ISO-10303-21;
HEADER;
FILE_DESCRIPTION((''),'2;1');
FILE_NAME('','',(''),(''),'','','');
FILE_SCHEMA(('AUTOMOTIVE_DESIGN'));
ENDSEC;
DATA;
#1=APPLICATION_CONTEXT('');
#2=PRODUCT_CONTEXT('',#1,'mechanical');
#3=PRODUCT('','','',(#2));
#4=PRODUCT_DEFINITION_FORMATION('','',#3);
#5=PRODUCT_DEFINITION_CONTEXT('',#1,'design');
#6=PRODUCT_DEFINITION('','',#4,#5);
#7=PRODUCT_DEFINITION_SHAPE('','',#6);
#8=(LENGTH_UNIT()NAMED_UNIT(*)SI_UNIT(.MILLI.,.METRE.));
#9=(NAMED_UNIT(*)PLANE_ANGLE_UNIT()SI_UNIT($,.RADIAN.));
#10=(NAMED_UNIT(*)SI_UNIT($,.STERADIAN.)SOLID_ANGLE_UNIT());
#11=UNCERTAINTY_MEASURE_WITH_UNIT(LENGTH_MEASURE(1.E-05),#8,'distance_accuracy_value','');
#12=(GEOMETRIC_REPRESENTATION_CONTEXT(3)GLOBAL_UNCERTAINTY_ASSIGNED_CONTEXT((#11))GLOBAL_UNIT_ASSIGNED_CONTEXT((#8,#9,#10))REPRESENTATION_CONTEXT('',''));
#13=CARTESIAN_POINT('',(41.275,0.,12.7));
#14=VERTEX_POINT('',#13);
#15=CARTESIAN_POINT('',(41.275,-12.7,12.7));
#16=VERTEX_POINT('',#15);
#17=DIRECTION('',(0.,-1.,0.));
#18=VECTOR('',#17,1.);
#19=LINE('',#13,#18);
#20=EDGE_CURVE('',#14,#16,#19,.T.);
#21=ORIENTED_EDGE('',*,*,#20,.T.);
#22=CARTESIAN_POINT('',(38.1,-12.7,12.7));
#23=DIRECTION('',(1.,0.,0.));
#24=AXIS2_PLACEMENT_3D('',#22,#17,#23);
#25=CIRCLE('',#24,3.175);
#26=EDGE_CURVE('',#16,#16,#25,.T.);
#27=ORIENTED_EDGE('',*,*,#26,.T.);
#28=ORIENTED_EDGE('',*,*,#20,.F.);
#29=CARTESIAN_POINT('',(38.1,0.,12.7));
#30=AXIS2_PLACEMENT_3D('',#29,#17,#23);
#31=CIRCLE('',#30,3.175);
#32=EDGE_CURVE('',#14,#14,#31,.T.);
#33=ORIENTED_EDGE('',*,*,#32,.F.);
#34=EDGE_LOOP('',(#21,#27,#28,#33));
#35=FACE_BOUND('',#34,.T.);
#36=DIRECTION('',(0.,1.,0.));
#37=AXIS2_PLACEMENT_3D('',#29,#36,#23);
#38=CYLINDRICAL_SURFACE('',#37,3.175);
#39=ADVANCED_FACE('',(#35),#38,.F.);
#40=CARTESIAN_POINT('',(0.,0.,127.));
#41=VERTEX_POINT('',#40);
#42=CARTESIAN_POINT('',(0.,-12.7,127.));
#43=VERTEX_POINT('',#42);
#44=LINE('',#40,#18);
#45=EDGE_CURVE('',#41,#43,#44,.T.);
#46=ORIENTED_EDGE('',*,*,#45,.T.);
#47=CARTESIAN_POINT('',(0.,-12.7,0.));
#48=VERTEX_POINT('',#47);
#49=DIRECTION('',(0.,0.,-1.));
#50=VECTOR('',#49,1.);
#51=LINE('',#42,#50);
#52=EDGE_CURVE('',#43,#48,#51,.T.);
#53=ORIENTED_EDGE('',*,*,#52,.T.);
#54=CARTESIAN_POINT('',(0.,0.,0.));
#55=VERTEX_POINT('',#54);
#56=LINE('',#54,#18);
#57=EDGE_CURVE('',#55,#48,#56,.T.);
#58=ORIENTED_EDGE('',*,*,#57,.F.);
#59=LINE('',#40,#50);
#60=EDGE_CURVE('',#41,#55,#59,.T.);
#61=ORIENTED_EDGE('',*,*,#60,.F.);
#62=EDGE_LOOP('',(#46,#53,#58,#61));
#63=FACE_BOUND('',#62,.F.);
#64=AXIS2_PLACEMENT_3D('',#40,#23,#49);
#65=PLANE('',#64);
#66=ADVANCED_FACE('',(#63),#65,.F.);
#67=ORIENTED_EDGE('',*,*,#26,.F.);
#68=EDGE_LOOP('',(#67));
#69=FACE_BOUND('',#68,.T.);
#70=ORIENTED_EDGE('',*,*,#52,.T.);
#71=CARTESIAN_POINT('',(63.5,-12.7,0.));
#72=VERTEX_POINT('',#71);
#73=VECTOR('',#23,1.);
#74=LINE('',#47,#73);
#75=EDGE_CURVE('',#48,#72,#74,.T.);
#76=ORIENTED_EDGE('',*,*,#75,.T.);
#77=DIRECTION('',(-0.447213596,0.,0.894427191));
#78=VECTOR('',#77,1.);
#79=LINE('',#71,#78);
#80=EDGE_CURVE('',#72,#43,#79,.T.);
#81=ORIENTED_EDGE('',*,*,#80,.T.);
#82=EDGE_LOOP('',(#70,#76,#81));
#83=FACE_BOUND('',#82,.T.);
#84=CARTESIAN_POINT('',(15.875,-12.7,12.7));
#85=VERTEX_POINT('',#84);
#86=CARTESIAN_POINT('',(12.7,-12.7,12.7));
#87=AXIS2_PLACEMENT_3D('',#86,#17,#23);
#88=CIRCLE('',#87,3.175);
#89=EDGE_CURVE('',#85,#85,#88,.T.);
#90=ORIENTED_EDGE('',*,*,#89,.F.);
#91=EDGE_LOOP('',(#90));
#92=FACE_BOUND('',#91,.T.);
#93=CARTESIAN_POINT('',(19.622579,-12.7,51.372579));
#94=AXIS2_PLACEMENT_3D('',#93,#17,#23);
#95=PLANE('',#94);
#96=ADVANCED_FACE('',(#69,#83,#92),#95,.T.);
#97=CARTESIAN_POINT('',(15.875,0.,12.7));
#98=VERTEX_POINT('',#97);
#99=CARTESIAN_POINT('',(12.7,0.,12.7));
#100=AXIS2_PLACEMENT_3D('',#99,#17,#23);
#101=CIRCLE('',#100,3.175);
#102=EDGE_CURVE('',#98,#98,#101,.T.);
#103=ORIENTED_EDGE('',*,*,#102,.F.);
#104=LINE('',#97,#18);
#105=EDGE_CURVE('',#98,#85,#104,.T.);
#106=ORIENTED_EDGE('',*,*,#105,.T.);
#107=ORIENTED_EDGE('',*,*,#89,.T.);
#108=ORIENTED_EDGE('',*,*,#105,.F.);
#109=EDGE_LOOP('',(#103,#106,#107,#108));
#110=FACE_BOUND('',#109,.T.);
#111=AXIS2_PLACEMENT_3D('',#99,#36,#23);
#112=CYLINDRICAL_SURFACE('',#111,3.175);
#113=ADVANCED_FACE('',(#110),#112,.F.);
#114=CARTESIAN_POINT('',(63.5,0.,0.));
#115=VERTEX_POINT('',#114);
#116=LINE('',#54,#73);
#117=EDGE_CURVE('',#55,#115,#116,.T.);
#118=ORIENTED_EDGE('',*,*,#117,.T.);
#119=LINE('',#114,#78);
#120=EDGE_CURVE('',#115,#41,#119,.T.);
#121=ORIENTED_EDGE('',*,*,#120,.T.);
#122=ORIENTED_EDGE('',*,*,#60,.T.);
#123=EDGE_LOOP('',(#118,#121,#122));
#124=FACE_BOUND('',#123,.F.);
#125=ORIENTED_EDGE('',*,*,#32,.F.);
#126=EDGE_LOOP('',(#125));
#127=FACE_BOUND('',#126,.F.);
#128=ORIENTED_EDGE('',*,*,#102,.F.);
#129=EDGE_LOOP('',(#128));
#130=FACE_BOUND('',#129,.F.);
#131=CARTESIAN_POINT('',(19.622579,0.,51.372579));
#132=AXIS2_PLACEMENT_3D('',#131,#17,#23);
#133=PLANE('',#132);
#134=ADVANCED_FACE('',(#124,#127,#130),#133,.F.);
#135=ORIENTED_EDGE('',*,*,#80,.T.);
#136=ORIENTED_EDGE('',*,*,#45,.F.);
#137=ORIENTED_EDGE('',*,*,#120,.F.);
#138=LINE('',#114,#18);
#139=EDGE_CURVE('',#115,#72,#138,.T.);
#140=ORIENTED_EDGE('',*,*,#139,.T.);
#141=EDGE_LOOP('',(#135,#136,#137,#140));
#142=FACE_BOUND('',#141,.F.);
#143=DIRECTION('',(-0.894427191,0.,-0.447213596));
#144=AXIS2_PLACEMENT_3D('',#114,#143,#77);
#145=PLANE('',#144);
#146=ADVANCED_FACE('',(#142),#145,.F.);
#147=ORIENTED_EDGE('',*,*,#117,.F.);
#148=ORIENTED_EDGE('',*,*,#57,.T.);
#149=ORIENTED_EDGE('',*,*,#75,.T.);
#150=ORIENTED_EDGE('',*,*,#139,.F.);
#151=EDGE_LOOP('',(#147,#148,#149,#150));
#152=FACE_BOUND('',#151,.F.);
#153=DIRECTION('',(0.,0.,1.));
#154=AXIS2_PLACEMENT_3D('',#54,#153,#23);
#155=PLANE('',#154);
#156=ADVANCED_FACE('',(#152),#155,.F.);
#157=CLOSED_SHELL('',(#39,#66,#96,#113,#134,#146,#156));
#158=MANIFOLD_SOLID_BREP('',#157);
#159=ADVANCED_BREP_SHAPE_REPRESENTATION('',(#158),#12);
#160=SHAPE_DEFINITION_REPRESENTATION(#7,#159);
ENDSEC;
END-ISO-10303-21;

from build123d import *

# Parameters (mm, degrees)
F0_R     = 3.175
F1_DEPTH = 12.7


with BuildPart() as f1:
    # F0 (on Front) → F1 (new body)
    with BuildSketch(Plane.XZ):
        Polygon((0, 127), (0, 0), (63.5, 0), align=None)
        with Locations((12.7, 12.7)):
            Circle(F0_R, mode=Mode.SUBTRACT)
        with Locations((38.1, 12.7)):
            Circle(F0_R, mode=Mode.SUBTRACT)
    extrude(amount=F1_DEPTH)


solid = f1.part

--

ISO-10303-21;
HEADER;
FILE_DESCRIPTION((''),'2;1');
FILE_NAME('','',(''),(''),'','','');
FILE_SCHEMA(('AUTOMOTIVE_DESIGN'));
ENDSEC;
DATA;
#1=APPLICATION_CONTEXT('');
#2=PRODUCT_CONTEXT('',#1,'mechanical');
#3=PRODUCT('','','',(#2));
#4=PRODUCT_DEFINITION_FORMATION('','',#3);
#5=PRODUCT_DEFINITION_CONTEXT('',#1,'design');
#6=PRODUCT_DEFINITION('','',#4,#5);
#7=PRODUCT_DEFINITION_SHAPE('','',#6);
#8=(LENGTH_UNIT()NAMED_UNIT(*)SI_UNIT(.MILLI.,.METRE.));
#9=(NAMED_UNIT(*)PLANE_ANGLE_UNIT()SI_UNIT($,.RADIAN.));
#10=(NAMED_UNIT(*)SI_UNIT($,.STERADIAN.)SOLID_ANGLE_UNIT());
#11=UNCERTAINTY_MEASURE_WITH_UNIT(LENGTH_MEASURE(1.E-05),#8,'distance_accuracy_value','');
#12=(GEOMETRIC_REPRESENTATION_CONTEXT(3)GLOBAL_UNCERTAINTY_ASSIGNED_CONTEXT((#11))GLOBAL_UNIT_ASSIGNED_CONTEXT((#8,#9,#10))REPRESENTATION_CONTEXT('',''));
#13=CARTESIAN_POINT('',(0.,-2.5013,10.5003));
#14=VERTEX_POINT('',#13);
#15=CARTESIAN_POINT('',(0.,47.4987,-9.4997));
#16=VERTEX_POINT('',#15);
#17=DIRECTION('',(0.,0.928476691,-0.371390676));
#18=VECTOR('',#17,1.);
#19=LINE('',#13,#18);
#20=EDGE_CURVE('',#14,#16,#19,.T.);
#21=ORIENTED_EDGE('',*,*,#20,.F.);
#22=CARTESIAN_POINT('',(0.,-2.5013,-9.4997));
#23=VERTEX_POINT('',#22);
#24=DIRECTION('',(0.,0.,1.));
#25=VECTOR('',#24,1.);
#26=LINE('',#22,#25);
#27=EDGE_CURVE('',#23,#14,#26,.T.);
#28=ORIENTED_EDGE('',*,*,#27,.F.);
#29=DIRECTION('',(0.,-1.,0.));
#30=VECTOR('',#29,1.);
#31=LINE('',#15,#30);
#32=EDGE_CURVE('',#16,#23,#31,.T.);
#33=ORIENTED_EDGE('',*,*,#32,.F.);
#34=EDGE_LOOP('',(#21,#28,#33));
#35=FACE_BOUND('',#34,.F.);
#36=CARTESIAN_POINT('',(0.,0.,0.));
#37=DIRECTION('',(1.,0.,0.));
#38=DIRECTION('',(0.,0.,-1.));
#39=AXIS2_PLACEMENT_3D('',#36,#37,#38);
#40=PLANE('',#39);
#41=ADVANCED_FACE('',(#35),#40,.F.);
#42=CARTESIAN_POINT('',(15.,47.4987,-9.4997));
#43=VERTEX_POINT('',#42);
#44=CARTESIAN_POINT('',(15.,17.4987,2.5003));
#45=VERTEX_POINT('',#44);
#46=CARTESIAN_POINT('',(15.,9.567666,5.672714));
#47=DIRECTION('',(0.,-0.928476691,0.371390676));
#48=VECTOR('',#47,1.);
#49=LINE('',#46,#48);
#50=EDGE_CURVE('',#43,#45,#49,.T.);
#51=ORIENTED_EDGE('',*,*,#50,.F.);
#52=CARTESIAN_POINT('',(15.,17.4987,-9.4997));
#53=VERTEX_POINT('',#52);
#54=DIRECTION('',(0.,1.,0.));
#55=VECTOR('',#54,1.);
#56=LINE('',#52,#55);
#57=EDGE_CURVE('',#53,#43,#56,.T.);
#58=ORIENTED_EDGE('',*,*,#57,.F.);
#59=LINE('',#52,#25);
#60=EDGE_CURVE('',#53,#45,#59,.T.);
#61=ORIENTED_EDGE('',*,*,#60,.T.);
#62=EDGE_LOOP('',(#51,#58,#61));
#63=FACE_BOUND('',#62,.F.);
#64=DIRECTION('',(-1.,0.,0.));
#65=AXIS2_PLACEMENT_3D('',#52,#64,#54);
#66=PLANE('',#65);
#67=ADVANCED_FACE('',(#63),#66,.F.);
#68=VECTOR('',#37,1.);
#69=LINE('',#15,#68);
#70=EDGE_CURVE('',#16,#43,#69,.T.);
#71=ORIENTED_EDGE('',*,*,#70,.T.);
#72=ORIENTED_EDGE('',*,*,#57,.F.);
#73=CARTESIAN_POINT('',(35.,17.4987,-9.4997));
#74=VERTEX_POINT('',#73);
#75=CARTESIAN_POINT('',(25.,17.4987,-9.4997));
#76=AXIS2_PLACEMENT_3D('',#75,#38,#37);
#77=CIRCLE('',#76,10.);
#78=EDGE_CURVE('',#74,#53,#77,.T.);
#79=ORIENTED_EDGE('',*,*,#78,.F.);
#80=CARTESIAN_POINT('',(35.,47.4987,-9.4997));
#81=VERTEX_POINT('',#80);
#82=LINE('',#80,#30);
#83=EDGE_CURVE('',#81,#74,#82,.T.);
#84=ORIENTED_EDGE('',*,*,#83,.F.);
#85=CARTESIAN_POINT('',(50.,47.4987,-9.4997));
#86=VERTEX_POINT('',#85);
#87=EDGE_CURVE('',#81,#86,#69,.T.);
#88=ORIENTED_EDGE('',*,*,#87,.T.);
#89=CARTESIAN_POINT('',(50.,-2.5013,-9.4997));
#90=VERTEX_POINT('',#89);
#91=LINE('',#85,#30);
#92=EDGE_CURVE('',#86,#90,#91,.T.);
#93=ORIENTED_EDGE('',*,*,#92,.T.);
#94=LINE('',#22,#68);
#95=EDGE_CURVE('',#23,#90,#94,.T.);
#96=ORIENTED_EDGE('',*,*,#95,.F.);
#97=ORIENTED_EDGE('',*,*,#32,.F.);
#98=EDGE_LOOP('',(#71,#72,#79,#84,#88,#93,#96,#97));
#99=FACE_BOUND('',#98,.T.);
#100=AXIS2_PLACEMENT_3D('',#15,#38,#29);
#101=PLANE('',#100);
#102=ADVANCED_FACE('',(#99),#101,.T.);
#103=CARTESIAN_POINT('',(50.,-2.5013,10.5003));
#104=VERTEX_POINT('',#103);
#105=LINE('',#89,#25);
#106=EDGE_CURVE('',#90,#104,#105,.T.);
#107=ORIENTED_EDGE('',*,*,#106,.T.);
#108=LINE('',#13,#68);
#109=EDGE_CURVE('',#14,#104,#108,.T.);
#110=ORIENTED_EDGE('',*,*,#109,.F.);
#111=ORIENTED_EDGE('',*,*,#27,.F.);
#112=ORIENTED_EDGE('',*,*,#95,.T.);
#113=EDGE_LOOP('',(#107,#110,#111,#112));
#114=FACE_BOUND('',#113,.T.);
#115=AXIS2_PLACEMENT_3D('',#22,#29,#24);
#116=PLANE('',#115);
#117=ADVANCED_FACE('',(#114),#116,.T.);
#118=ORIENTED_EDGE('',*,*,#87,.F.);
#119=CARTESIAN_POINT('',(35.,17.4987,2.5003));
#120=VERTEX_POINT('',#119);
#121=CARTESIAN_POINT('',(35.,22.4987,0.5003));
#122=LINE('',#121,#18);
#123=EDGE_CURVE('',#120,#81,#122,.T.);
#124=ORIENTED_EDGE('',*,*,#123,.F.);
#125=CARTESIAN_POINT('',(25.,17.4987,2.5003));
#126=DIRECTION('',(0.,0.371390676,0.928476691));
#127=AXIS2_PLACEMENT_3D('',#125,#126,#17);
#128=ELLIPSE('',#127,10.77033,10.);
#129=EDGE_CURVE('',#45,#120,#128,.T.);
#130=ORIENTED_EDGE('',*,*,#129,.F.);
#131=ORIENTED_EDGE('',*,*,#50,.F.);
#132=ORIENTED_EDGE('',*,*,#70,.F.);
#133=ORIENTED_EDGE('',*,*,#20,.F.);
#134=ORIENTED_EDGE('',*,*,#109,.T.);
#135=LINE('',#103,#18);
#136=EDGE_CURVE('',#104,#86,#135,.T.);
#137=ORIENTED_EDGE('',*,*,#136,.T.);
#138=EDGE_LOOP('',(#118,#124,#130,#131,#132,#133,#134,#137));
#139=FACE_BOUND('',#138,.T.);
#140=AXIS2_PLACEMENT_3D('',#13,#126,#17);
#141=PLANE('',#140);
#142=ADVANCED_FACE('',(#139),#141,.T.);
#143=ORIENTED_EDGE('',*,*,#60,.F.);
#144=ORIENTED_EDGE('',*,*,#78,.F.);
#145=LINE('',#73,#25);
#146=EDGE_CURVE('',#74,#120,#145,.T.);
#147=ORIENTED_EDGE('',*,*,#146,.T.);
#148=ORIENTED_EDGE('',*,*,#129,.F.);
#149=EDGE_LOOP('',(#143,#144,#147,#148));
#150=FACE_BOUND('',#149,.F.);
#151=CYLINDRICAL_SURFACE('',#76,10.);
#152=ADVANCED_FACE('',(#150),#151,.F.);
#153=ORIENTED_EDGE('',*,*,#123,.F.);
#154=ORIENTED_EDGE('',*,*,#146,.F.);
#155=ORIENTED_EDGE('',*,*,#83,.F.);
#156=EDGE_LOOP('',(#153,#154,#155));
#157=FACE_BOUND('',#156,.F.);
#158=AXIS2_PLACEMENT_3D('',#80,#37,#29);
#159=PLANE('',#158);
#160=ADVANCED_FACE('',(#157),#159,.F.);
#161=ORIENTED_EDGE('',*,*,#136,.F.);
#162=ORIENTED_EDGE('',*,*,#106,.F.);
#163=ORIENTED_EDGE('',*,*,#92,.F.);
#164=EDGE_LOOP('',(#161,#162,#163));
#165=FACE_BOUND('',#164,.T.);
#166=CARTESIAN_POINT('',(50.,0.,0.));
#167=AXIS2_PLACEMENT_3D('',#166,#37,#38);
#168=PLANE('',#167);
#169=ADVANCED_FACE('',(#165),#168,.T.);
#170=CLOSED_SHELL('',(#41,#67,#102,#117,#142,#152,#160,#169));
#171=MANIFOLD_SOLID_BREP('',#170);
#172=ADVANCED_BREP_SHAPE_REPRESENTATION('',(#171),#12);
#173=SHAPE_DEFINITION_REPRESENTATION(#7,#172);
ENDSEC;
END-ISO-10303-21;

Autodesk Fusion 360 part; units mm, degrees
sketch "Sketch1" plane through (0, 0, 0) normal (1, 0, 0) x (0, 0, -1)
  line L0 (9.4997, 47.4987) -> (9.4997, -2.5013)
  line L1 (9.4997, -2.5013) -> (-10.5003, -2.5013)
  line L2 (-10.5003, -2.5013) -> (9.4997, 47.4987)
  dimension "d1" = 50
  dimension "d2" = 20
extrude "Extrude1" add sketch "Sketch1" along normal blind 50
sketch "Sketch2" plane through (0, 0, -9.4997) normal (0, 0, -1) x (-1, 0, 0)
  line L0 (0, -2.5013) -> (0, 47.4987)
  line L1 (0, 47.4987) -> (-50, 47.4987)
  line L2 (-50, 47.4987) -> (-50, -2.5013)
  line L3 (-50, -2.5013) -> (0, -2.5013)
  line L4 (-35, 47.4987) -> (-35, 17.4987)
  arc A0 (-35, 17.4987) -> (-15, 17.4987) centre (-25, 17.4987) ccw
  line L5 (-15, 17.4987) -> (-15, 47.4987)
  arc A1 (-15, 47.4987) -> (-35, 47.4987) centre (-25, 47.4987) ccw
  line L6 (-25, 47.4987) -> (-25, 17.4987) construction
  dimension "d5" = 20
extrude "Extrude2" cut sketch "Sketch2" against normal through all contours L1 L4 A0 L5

--

## THE TASK
In the listing above, locate the line containing "#37=AXIS2_PLACEMENT_3D('',#29,#36,#23);" and the line containing "#51=LINE('',#42,#50);". Transcribe those two lines and everything between them, exactly as written.

## RESULT
#37=AXIS2_PLACEMENT_3D('',#29,#36,#23);
#38=CYLINDRICAL_SURFACE('',#37,3.175);
#39=ADVANCED_FACE('',(#35),#38,.F.);
#40=CARTESIAN_POINT('',(0.,0.,127.));
#41=VERTEX_POINT('',#40);
#42=CARTESIAN_POINT('',(0.,-12.7,127.));
#43=VERTEX_POINT('',#42);
#44=LINE('',#40,#18);
#45=EDGE_CURVE('',#41,#43,#44,.T.);
#46=ORIENTED_EDGE('',*,*,#45,.T.);
#47=CARTESIAN_POINT('',(0.,-12.7,0.));
#48=VERTEX_POINT('',#47);
#49=DIRECTION('',(0.,0.,-1.));
#50=VECTOR('',#49,1.);
#51=LINE('',#42,#50);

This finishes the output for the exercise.